First, I want to say this sounds more factual than fictional. I hope not.

As to the situation as described. I would say it is obvious that this person is not out of high school as yet. Seeing that they were concerned about furthering their education, they should focus on finishing out high school. Afterwords, getting a low profile job where they can work their way through the community collage. With high enough grades from a community collage, some state collages will accept them. Also they should be applying for any scholarship they could find.

Second option, continue in high school and look for a job That they can work their way up into a better position. While going to every hockey tryouts they could find, they were good enough to be scouted once they can be good enough to tryout. 

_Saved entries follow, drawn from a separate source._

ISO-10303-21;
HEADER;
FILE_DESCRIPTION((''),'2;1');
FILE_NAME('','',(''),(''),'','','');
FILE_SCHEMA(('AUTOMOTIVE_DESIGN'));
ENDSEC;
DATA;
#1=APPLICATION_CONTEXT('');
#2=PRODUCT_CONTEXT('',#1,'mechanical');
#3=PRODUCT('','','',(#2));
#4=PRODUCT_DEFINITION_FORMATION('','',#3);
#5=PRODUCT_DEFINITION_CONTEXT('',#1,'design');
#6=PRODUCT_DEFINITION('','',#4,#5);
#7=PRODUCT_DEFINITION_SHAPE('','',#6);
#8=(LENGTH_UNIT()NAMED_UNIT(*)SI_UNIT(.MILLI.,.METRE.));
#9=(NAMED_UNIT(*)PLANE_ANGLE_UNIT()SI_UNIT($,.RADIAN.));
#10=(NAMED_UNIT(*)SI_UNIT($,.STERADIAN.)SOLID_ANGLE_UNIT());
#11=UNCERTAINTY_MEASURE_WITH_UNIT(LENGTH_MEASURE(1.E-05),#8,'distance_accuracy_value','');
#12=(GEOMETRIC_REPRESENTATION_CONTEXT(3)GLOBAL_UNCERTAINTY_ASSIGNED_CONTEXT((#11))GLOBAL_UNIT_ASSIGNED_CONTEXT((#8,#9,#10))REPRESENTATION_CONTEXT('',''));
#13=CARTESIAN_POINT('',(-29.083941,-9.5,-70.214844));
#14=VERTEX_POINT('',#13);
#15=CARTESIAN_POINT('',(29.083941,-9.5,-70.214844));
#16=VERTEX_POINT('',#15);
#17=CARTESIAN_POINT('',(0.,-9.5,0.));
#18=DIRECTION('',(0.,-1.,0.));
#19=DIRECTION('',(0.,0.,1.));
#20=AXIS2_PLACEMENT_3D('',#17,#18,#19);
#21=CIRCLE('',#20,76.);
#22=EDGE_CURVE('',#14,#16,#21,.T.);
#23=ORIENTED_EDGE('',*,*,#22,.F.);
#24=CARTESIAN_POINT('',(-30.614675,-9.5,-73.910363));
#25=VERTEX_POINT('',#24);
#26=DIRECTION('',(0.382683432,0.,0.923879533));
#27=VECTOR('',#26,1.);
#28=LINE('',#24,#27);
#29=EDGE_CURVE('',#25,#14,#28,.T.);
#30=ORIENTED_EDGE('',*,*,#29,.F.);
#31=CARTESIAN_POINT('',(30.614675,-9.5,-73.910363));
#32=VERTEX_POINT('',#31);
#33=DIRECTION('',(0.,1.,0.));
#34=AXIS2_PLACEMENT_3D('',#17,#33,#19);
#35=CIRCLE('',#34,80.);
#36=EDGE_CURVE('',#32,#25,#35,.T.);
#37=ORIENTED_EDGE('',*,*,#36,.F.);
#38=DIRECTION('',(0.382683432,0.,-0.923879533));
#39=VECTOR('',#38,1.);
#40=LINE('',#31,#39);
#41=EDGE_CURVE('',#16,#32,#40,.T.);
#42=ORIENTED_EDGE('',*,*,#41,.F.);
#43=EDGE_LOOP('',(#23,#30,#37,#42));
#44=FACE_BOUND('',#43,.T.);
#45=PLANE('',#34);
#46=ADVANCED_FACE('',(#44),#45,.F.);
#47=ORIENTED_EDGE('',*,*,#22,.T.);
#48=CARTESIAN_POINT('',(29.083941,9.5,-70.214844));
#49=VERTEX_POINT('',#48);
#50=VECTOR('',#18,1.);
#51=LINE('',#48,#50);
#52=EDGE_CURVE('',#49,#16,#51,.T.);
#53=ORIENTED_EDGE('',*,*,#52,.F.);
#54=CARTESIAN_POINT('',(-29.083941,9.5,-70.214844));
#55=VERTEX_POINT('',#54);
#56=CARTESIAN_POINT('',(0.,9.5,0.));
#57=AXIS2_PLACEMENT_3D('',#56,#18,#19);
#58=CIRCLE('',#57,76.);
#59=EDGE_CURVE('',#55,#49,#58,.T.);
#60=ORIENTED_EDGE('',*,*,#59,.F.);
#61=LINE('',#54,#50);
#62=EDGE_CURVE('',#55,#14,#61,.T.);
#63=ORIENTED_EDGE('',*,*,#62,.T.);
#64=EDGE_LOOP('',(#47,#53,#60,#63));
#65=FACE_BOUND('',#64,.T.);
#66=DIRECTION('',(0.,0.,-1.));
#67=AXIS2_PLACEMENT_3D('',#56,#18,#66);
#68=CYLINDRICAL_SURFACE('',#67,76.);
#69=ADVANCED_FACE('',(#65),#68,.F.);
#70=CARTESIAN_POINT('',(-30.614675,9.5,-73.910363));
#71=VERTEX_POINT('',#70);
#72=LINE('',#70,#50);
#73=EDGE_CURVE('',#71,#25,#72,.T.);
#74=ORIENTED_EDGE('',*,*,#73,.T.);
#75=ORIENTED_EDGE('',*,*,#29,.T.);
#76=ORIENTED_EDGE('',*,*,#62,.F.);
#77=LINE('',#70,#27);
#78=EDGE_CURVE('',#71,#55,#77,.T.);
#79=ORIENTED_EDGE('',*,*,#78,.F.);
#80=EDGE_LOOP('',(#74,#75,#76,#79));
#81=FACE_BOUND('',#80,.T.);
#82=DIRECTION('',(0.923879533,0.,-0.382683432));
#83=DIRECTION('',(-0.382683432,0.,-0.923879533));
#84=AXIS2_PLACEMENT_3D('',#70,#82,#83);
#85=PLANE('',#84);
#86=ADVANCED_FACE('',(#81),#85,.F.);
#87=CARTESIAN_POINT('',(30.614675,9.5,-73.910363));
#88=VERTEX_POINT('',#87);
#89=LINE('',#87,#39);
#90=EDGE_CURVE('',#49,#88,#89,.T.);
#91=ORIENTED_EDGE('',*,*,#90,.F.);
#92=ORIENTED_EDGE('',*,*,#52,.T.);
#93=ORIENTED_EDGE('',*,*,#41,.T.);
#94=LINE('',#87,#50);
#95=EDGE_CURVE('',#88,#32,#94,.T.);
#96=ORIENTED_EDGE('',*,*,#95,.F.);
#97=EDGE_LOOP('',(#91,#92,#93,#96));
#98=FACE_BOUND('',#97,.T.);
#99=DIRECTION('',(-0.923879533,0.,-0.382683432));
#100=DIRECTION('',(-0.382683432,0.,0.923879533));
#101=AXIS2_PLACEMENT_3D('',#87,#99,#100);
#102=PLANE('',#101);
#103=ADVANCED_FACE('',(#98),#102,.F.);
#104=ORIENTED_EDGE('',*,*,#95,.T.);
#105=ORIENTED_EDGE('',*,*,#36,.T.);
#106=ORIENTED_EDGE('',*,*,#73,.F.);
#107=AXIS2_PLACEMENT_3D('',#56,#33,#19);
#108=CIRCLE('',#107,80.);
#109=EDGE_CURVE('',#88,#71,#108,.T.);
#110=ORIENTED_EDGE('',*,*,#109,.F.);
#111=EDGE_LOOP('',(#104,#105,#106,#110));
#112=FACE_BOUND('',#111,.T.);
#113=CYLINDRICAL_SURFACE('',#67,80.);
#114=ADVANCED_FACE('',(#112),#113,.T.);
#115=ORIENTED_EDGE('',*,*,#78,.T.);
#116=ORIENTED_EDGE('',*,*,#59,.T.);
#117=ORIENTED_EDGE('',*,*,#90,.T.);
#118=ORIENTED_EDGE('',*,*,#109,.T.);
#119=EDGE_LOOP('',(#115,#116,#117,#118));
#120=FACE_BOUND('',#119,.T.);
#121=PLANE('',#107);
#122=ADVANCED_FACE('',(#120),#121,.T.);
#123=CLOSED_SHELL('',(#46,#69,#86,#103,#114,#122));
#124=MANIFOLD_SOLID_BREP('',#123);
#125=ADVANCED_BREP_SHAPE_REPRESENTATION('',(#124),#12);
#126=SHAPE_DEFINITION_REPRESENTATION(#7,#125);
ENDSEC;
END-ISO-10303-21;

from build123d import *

# Parameters (mm, degrees)
BOSS_EXTRUDE1_DEPTH = 9.5


with BuildPart() as part:
    # Sketch1 → Boss-Extrude1 (new, symmetric)
    with BuildSketch(Plane(origin=(0, 0, 0), x_dir=(1, 0, 0), z_dir=(0, 1, 0))):
        with BuildLine():
            Line((-30.614674589, 73.910362601), (-29.08394086, 70.214844471))
            ThreePointArc((-29.08394086, 70.214844471), (0, 76), (29.08394086, 70.214844471))
            Line((29.08394086, 70.214844471), (30.614674589, 73.910362601))
            ThreePointArc((30.614674589, 73.910362601), (0, 80), (-30.614674589, 73.910362601))
        make_face()
    extrude(amount=BOSS_EXTRUDE1_DEPTH, both=True)


solid = part.part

Third option, again finish school. Figure out the hallucination, with supernatural powers at play, it would be worth figuring out. It could lead to the "Greatest American Hero" type of thing.

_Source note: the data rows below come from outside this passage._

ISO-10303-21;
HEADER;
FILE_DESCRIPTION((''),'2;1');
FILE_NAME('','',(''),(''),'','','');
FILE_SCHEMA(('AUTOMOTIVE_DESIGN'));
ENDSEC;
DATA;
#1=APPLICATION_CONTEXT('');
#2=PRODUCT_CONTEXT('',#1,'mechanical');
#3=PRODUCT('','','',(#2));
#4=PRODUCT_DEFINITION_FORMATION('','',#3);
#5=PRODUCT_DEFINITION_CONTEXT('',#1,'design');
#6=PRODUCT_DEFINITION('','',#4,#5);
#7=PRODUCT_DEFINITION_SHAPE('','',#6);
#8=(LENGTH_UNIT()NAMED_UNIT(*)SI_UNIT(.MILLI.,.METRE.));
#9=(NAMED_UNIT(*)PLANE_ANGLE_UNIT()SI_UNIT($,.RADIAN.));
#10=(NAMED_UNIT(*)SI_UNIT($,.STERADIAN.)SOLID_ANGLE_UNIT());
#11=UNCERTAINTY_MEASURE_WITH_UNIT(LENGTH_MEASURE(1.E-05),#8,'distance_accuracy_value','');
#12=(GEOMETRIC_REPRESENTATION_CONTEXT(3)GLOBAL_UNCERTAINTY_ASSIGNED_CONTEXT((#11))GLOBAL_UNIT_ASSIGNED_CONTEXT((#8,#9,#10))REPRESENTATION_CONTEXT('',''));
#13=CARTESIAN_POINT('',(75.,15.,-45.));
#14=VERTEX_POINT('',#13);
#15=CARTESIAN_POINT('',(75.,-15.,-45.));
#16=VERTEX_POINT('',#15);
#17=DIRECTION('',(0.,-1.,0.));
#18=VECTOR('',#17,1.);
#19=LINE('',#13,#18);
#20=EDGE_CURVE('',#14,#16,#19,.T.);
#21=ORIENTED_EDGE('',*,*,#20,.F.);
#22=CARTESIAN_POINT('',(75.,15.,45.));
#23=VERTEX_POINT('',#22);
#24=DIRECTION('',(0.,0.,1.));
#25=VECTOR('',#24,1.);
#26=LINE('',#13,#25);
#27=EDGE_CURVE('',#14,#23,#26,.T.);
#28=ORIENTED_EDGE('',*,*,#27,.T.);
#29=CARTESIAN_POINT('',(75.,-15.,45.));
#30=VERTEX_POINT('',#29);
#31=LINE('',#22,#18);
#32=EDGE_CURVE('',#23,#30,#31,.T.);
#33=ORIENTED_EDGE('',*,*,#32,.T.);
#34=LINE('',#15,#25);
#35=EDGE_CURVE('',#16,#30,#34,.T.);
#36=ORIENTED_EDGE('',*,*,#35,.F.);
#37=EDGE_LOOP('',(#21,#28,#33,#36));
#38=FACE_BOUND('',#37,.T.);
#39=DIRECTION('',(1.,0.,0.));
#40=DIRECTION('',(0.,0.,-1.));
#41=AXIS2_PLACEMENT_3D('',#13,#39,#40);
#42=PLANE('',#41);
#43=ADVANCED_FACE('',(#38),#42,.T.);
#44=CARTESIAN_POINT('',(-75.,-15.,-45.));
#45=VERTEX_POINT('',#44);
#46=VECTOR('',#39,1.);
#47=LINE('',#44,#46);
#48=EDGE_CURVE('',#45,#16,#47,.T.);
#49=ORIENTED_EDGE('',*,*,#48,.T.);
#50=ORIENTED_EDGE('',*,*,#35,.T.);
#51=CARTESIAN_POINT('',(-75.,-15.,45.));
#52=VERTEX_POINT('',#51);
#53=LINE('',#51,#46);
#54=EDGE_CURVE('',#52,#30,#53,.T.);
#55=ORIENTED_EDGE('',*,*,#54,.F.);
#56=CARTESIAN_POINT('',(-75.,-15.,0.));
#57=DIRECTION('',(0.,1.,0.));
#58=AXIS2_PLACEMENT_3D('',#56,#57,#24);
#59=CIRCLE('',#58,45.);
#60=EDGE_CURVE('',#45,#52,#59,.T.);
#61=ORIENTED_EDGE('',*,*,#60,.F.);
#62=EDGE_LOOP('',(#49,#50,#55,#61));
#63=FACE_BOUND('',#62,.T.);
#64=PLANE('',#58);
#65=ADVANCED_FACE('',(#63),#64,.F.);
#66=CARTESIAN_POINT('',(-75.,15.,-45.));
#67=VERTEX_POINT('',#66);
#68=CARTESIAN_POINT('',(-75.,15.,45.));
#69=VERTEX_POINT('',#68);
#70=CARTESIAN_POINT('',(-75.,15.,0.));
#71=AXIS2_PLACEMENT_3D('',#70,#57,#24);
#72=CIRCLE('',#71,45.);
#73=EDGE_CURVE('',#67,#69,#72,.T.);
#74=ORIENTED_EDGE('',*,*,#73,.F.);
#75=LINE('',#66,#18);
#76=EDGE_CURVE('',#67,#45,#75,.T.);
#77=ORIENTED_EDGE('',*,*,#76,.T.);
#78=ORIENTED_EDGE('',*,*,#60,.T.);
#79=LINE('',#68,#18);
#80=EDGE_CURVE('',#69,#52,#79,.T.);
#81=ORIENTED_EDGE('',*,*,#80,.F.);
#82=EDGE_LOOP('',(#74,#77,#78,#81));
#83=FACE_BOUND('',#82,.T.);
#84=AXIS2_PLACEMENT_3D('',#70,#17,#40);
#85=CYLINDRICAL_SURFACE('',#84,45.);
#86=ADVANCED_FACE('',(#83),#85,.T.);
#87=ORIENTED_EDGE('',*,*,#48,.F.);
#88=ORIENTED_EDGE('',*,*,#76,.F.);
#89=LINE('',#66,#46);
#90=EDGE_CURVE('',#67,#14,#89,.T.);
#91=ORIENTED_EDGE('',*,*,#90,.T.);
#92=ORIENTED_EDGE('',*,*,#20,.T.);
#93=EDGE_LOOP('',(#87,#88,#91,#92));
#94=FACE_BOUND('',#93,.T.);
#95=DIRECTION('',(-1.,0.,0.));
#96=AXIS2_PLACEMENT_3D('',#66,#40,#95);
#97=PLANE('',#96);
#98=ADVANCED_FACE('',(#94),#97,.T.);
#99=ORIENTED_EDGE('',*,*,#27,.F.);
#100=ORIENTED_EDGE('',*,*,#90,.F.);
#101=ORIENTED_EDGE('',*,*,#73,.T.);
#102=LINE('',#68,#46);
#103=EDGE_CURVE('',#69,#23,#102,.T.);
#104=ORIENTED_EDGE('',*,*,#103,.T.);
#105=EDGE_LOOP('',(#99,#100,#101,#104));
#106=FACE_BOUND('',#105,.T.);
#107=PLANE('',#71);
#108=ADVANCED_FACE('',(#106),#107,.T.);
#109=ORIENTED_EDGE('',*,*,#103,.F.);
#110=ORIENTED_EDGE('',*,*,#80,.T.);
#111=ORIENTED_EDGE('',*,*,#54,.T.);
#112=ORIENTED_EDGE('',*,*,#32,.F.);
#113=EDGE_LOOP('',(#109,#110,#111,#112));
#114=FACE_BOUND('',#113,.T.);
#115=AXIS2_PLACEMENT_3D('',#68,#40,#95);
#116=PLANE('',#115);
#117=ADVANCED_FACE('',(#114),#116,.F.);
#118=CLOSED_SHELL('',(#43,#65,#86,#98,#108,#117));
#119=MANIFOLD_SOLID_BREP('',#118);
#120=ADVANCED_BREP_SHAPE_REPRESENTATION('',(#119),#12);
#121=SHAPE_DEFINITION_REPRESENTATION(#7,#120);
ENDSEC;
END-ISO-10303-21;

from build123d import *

# Parameters (mm, degrees)
BOSS_EXTRUDE1_DEPTH = 15


with BuildPart() as part:
    # Sketch1 → Boss-Extrude1 (new body, symmetric)
    with BuildSketch(Plane(origin=(0, 0, 0), x_dir=(1, 0, 0), z_dir=(0, 1, 0))):
        with BuildLine():
            Line((-75, 45), (75, 45))
            Line((75, 45), (75, -45))
            Line((75, -45), (-75, -45))
            ThreePointArc((-75, -45), (-120, 0), (-75, 45))
        make_face()
    extrude(amount=BOSS_EXTRUDE1_DEPTH, both=True)


solid = part.part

Fourth option, quit school, get drunk, or stoned, or both. While wasted get into a scuffle that turns them into a fugitive, or lands them in jail for twenty years. While in jail they learn that what the supernatural hallucination is all about and it leads them to be a better person, helping others before they end up like he did.

As for what I would do? Any of them except number four. I do not agree with any type of cop-out. I am now five years without any sort of income. My art attempts are not going any where. My writing is, well, unknown at this time. I have been told, nearly everything I have done in life, was not good enough by my father, the one person I ever wanted to accept me. His thought was to get me to strive harder. His accomplishment was to create a doubting, self degrading, procrastinating, pessimistic, underachiever. I have managed to follow my brother like a lost dog for over fifty years. Every time I stepped out on my own it was only for a short time before I was back at my mother's home, my brother's home, or my father's. The ONLY thing I have done on my own, that was any good, I served in the United States Army, and because of my shortcomings, I did not reenlist. So if it were me finishing up high school, unable to fulfill my better educational dreams, I would go into the armed forces and get an education in some field there.


----------



## Kyle R (Jul 1, 2014)

Like a few others have already mentioned, I'd go with rage and destruction. Tearing apart his room. Smashing all his hockey gear. Burning it, maybe.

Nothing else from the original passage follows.